Items from a data source:
=======

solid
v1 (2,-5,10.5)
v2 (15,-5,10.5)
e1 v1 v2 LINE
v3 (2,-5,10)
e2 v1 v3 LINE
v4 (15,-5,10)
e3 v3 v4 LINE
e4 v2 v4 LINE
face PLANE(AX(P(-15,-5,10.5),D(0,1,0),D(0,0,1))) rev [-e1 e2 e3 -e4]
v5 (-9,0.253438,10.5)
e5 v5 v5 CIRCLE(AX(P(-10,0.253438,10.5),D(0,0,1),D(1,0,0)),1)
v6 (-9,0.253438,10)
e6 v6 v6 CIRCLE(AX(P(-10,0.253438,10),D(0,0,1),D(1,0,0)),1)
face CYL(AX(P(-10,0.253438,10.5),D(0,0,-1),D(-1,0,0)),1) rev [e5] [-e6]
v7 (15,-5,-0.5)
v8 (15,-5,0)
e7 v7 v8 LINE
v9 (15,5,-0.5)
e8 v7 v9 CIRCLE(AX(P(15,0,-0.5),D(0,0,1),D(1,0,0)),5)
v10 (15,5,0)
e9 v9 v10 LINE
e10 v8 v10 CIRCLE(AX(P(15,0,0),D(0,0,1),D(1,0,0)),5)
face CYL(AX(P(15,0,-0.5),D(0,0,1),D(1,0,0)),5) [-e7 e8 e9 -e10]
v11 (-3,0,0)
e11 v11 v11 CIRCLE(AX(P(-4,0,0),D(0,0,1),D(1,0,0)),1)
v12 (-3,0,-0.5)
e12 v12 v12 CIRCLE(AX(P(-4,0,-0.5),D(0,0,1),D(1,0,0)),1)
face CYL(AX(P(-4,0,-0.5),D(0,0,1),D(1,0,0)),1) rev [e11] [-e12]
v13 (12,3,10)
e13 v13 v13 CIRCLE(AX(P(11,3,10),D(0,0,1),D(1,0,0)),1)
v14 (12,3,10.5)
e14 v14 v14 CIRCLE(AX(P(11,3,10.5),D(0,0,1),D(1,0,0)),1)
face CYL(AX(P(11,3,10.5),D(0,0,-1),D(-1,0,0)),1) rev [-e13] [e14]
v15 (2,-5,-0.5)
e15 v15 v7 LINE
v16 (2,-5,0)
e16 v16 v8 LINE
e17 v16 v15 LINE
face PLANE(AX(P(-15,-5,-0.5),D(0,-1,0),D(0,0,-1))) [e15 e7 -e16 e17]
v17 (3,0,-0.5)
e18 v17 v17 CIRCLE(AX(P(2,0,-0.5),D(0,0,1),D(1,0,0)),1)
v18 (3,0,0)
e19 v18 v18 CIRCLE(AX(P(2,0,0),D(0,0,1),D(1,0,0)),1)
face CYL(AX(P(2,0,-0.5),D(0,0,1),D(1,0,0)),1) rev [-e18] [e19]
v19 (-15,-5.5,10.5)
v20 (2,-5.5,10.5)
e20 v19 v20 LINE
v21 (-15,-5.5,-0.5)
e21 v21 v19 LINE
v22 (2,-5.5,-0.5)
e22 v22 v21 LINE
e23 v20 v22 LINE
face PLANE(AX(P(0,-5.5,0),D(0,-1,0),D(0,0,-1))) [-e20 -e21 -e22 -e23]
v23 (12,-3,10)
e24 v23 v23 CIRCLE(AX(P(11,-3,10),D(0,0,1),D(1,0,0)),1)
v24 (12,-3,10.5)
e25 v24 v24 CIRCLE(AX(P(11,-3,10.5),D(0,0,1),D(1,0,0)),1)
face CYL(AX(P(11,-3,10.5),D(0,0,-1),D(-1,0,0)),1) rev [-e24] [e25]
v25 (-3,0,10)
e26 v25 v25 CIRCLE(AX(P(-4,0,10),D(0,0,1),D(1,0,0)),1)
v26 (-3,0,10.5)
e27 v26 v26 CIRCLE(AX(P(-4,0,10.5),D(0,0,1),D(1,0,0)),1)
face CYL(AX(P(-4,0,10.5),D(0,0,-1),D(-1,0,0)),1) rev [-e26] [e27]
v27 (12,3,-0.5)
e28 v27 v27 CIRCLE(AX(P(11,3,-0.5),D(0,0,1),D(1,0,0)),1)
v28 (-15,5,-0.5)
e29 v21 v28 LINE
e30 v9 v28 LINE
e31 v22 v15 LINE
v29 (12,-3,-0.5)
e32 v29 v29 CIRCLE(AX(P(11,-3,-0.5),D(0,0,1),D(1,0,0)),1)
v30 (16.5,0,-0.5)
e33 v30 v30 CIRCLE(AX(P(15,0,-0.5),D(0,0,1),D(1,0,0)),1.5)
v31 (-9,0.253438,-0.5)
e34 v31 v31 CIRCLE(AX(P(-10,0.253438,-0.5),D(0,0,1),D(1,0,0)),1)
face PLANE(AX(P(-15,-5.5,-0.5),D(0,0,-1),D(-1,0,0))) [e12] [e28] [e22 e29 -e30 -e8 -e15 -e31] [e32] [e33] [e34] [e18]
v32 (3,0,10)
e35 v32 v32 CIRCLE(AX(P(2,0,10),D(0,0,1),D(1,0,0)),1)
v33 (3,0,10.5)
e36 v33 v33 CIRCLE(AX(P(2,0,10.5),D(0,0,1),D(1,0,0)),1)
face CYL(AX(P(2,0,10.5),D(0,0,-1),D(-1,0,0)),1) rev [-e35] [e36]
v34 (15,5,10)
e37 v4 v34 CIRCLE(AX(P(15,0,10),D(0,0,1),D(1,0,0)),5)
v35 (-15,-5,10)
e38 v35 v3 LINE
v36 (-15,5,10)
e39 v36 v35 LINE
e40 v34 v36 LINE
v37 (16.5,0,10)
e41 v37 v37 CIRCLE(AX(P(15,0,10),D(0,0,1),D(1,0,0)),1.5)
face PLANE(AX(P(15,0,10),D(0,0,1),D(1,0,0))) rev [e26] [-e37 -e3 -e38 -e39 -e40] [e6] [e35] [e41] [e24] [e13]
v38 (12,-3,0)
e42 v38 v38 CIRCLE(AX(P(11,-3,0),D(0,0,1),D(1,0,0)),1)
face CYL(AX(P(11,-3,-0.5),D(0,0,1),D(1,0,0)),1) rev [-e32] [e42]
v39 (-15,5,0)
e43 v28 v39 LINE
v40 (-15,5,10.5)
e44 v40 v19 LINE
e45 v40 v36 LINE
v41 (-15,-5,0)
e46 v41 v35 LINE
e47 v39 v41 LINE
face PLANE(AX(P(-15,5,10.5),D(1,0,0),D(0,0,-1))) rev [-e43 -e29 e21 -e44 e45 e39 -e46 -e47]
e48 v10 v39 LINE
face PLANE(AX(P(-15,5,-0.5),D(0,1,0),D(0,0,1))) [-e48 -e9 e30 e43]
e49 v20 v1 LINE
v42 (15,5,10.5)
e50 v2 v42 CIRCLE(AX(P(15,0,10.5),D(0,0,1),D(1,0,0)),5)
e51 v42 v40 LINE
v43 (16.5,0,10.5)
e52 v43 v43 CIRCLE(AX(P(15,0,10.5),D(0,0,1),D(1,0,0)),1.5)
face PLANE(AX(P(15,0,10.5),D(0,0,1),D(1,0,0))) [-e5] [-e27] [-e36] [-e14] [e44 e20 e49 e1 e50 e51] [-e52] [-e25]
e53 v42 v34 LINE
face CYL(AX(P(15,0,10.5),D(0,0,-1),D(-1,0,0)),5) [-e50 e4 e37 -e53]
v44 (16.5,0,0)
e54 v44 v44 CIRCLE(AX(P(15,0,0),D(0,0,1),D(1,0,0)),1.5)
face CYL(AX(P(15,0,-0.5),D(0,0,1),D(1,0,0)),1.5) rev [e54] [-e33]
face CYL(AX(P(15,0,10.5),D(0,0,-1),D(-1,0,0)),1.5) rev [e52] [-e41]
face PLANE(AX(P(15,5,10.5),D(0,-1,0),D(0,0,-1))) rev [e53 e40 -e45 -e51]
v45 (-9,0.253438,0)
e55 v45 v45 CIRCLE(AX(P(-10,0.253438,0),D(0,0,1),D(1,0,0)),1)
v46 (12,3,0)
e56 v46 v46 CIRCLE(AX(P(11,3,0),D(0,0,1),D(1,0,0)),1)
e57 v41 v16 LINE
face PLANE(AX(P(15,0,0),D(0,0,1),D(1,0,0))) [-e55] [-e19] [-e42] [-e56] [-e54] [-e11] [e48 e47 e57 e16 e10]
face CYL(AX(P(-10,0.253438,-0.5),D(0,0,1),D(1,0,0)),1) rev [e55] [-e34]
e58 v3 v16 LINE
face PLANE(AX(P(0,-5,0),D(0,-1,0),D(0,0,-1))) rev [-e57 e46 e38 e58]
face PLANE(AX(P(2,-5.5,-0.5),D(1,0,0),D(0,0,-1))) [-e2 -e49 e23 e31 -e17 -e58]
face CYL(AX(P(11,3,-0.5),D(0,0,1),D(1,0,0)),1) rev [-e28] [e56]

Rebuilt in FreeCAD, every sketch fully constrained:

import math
import FreeCAD as App
import Part
import Sketcher

doc = App.newDocument("Part")
body = doc.addObject("PartDesign::Body", "Body")

sketch1 = body.newObject("Sketcher::SketchObject", "Sketch")
sketch1.AttachmentSupport = (doc.getObject("XY_Plane"), [""])
sketch1.MapMode = "FlatFace"
sketch1.AttachmentOffset = App.Placement(App.Vector(0, 0, 10), App.Rotation())
sketch1.addGeometry([
    Part.LineSegment(App.Vector(15, 5, 0), App.Vector(-15, 5, 0)),
    Part.LineSegment(App.Vector(-15, 5, 0), App.Vector(-15, -5, 0)),
    Part.LineSegment(App.Vector(-15, -5, 0), App.Vector(15, -5, 0)),
    Part.ArcOfCircle(Part.Circle(App.Vector(15, 0, 0), App.Vector(0, 0, 1), 5), math.radians(-90), math.radians(90)),
    Part.Circle(App.Vector(11, -3, 0), App.Vector(0, 0, 1), 1),
    Part.Circle(App.Vector(-10, 0.3, 0), App.Vector(0, 0, 1), 1),
    Part.Circle(App.Vector(-4, 0, 0), App.Vector(0, 0, 1), 1),
    Part.Circle(App.Vector(2, 0, 0), App.Vector(0, 0, 1), 1),
    Part.Circle(App.Vector(15, 0, 0), App.Vector(0, 0, 1), 1.5),
    Part.Circle(App.Vector(11, 3, 0), App.Vector(0, 0, 1), 1),
], False)
sketch1.addConstraint([
    Sketcher.Constraint("Coincident", 0, 2, 1, 1),
    Sketcher.Constraint("Coincident", 1, 2, 2, 1),
    Sketcher.Constraint("Tangent", 2, 2, 3, 1),
    Sketcher.Constraint("Tangent", 3, 2, 0, 1),
    Sketcher.Constraint("Horizontal", 0),
    Sketcher.Constraint("Vertical", 1),
    Sketcher.Constraint("Horizontal", 2),
    Sketcher.Constraint("Coincident", 8, 3, 3, 3),
    Sketcher.Constraint("Equal", 4, 5),
    Sketcher.Constraint("Equal", 5, 6),
    Sketcher.Constraint("Equal", 6, 7),
    Sketcher.Constraint("Equal", 7, 9),
    Sketcher.Constraint("Symmetric", 0, 2, 2, 2, -1, 1),
    Sketcher.Constraint("Symmetric", 4, 3, 9, 3, -1),
    Sketcher.Constraint("PointOnObject", 6, 3, -1),
    Sketcher.Constraint("PointOnObject", 7, 3, -1),
    Sketcher.Constraint("Diameter", 4, 2.0),
    Sketcher.Constraint("Diameter", 8, 3.0),
    Sketcher.Constraint("Radius", 3, 5.0),
    Sketcher.Constraint("DistanceX", 0, 2, 0, 1, 30.0),
    Sketcher.Constraint("DistanceX", -1, 1, 4, 3, 11.0),
    Sketcher.Constraint("DistanceY", 4, 3, -1, 1, 3.0),
    Sketcher.Constraint("DistanceX", 5, 3, -1, 1, 10.0),
    Sketcher.Constraint("DistanceX", 6, 3, -1, 1, 4.0),
    Sketcher.Constraint("DistanceX", -1, 1, 7, 3, 2.0),
    Sketcher.Constraint("DistanceY", -1, 1, 5, 3, 0.253438),
])
pad1 = body.newObject("PartDesign::Pad", "Pad")
pad1.Profile = sketch1
pad1.Length = 0.5
body2 = doc.addObject("PartDesign::Body", "Body001")

sketch2 = body2.newObject("Sketcher::SketchObject", "Sketch001")
sketch2.AttachmentSupport = (doc.getObject("XY_Plane001"), [""])
sketch2.MapMode = "FlatFace"
sketch2.addGeometry([
    Part.LineSegment(App.Vector(15, 5, 0), App.Vector(-15, 5, 0)),
    Part.LineSegment(App.Vector(-15, 5, 0), App.Vector(-15, -5, 0)),
    Part.LineSegment(App.Vector(-15, -5, 0), App.Vector(15, -5, 0)),
    Part.ArcOfCircle(Part.Circle(App.Vector(15, 0, 0), App.Vector(0, 0, 1), 5), math.radians(-90), math.radians(90)),
    Part.Circle(App.Vector(11, -3, 0), App.Vector(0, 0, 1), 1),
    Part.Circle(App.Vector(15, 0, 0), App.Vector(0, 0, 1), 1.5),
    Part.Circle(App.Vector(11, 3, 0), App.Vector(0, 0, 1), 1),
    Part.Circle(App.Vector(2, 0, 0), App.Vector(0, 0, 1), 1),
    Part.Circle(App.Vector(-4, 0, 0), App.Vector(0, 0, 1), 1),
    Part.Circle(App.Vector(-10, 0.3, 0), App.Vector(0, 0, 1), 1),
], False)
sketch2.addConstraint([
    Sketcher.Constraint("Coincident", 0, 2, 1, 1),
    Sketcher.Constraint("Coincident", 1, 2, 2, 1),
    Sketcher.Constraint("Tangent", 2, 2, 3, 1),
    Sketcher.Constraint("Tangent", 3, 2, 0, 1),
    Sketcher.Constraint("Horizontal", 0),
    Sketcher.Constraint("Vertical", 1),
    Sketcher.Constraint("Horizontal", 2),
    Sketcher.Constraint("Coincident", 5, 3, 3, 3),
    Sketcher.Constraint("Equal", 4, 6),
    Sketcher.Constraint("Equal", 6, 7),
    Sketcher.Constraint("Equal", 7, 8),
    Sketcher.Constraint("Equal", 8, 9),
    Sketcher.Constraint("Symmetric", 0, 2, 2, 2, -1, 1),
    Sketcher.Constraint("Symmetric", 4, 3, 6, 3, -1),
    Sketcher.Constraint("PointOnObject", 7, 3, -1),
    Sketcher.Constraint("PointOnObject", 8, 3, -1),
    Sketcher.Constraint("Diameter", 4, 2.0),
    Sketcher.Constraint("Diameter", 5, 3.0),
    Sketcher.Constraint("Radius", 3, 5.0),
    Sketcher.Constraint("DistanceX", 0, 2, 0, 1, 30.0),
    Sketcher.Constraint("DistanceX", -1, 1, 4, 3, 11.0),
    Sketcher.Constraint("DistanceY", 4, 3, -1, 1, 3.0),
    Sketcher.Constraint("DistanceX", -1, 1, 7, 3, 2.0),
    Sketcher.Constraint("DistanceX", 8, 3, -1, 1, 4.0),
    Sketcher.Constraint("DistanceX", 9, 3, -1, 1, 10.0),
    Sketcher.Constraint("DistanceY", -1, 1, 9, 3, 0.253438),
])
pad2 = body2.newObject("PartDesign::Pad", "Pad001")
pad2.Profile = sketch2
pad2.Length = 0.5
pad2.Reversed = True
body.AllowCompound = True
doc.recompute()

boolean = body.newObject("PartDesign::Boolean", "Boolean")
boolean.Type = "Fuse"
boolean.addObjects([body2])

sketch3 = body.newObject("Sketcher::SketchObject", "Sketch002")
sketch3.AttachmentSupport = (doc.getObject("XZ_Plane"), [""])
sketch3.MapMode = "FlatFace"
sketch3.AttachmentOffset = App.Placement(App.Vector(0, 0, 5), App.Rotation())
sketch3.addGeometry([
    Part.LineSegment(App.Vector(-15, 0, 0), App.Vector(-15, 10, 0)),
    Part.LineSegment(App.Vector(-15, 10, 0), App.Vector(2, 10, 0)),
    Part.LineSegment(App.Vector(2, 10, 0), App.Vector(2, 0, 0)),
    Part.LineSegment(App.Vector(2, 0, 0), App.Vector(-15, 0, 0)),
], False)
sketch3.addConstraint([
    Sketcher.Constraint("Coincident", 0, 2, 1, 1),
    Sketcher.Constraint("Coincident", 1, 2, 2, 1),
    Sketcher.Constraint("Coincident", 2, 2, 3, 1),
    Sketcher.Constraint("Coincident", 3, 2, 0, 1),
    Sketcher.Constraint("Vertical", 0),
    Sketcher.Constraint("Horizontal", 1),
    Sketcher.Constraint("Vertical", 2),
    Sketcher.Constraint("Horizontal", 3),
    Sketcher.Constraint("DistanceX", 1, 1, 1, 2, 17.0),
    Sketcher.Constraint("DistanceY", 0, 1, 0, 2, 11.0),
    Sketcher.Constraint("DistanceX", 0, 2, -1, 1, 15.0),
    Sketcher.Constraint("DistanceY", -1, 1, 0, 2, 10.5),
])
pad3 = body.newObject("PartDesign::Pad", "Pad002")
pad3.Profile = sketch3
pad3.Length = 0.5

doc.recompute()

=======

* **Instructions for the task**:
Look above for the line containing "e15 v15 v7 LINE". Output from there through the line containing "e47 v39 v41 LINE", exactly and inclusively.

* **Task response**:
e15 v15 v7 LINE
v16 (2,-5,0)
e16 v16 v8 LINE
e17 v16 v15 LINE
face PLANE(AX(P(-15,-5,-0.5),D(0,-1,0),D(0,0,-1))) [e15 e7 -e16 e17]
v17 (3,0,-0.5)
e18 v17 v17 CIRCLE(AX(P(2,0,-0.5),D(0,0,1),D(1,0,0)),1)
v18 (3,0,0)
e19 v18 v18 CIRCLE(AX(P(2,0,0),D(0,0,1),D(1,0,0)),1)
face CYL(AX(P(2,0,-0.5),D(0,0,1),D(1,0,0)),1) rev [-e18] [e19]
v19 (-15,-5.5,10.5)
v20 (2,-5.5,10.5)
e20 v19 v20 LINE
v21 (-15,-5.5,-0.5)
e21 v21 v19 LINE
v22 (2,-5.5,-0.5)
e22 v22 v21 LINE
e23 v20 v22 LINE
face PLANE(AX(P(0,-5.5,0),D(0,-1,0),D(0,0,-1))) [-e20 -e21 -e22 -e23]
v23 (12,-3,10)
e24 v23 v23 CIRCLE(AX(P(11,-3,10),D(0,0,1),D(1,0,0)),1)
v24 (12,-3,10.5)
e25 v24 v24 CIRCLE(AX(P(11,-3,10.5),D(0,0,1),D(1,0,0)),1)
face CYL(AX(P(11,-3,10.5),D(0,0,-1),D(-1,0,0)),1) rev [-e24] [e25]
v25 (-3,0,10)
e26 v25 v25 CIRCLE(AX(P(-4,0,10),D(0,0,1),D(1,0,0)),1)
v26 (-3,0,10.5)
e27 v26 v26 CIRCLE(AX(P(-4,0,10.5),D(0,0,1),D(1,0,0)),1)
face CYL(AX(P(-4,0,10.5),D(0,0,-1),D(-1,0,0)),1) rev [-e26] [e27]
v27 (12,3,-0.5)
e28 v27 v27 CIRCLE(AX(P(11,3,-0.5),D(0,0,1),D(1,0,0)),1)
v28 (-15,5,-0.5)
e29 v21 v28 LINE
e30 v9 v28 LINE
e31 v22 v15 LINE
v29 (12,-3,-0.5)
e32 v29 v29 CIRCLE(AX(P(11,-3,-0.5),D(0,0,1),D(1,0,0)),1)
v30 (16.5,0,-0.5)
e33 v30 v30 CIRCLE(AX(P(15,0,-0.5),D(0,0,1),D(1,0,0)),1.5)
v31 (-9,0.253438,-0.5)
e34 v31 v31 CIRCLE(AX(P(-10,0.253438,-0.5),D(0,0,1),D(1,0,0)),1)
face PLANE(AX(P(-15,-5.5,-0.5),D(0,0,-1),D(-1,0,0))) [e12] [e28] [e22 e29 -e30 -e8 -e15 -e31] [e32] [e33] [e34] [e18]
v32 (3,0,10)
e35 v32 v32 CIRCLE(AX(P(2,0,10),D(0,0,1),D(1,0,0)),1)
v33 (3,0,10.5)
e36 v33 v33 CIRCLE(AX(P(2,0,10.5),D(0,0,1),D(1,0,0)),1)
face CYL(AX(P(2,0,10.5),D(0,0,-1),D(-1,0,0)),1) rev [-e35] [e36]
v34 (15,5,10)
e37 v4 v34 CIRCLE(AX(P(15,0,10),D(0,0,1),D(1,0,0)),5)
v35 (-15,-5,10)
e38 v35 v3 LINE
v36 (-15,5,10)
e39 v36 v35 LINE
e40 v34 v36 LINE
v37 (16.5,0,10)
e41 v37 v37 CIRCLE(AX(P(15,0,10),D(0,0,1),D(1,0,0)),1.5)
face PLANE(AX(P(15,0,10),D(0,0,1),D(1,0,0))) rev [e26] [-e37 -e3 -e38 -e39 -e40] [e6] [e35] [e41] [e24] [e13]
v38 (12,-3,0)
e42 v38 v38 CIRCLE(AX(P(11,-3,0),D(0,0,1),D(1,0,0)),1)
face CYL(AX(P(11,-3,-0.5),D(0,0,1),D(1,0,0)),1) rev [-e32] [e42]
v39 (-15,5,0)
e43 v28 v39 LINE
v40 (-15,5,10.5)
e44 v40 v19 LINE
e45 v40 v36 LINE
v41 (-15,-5,0)
e46 v41 v35 LINE
e47 v39 v41 LINE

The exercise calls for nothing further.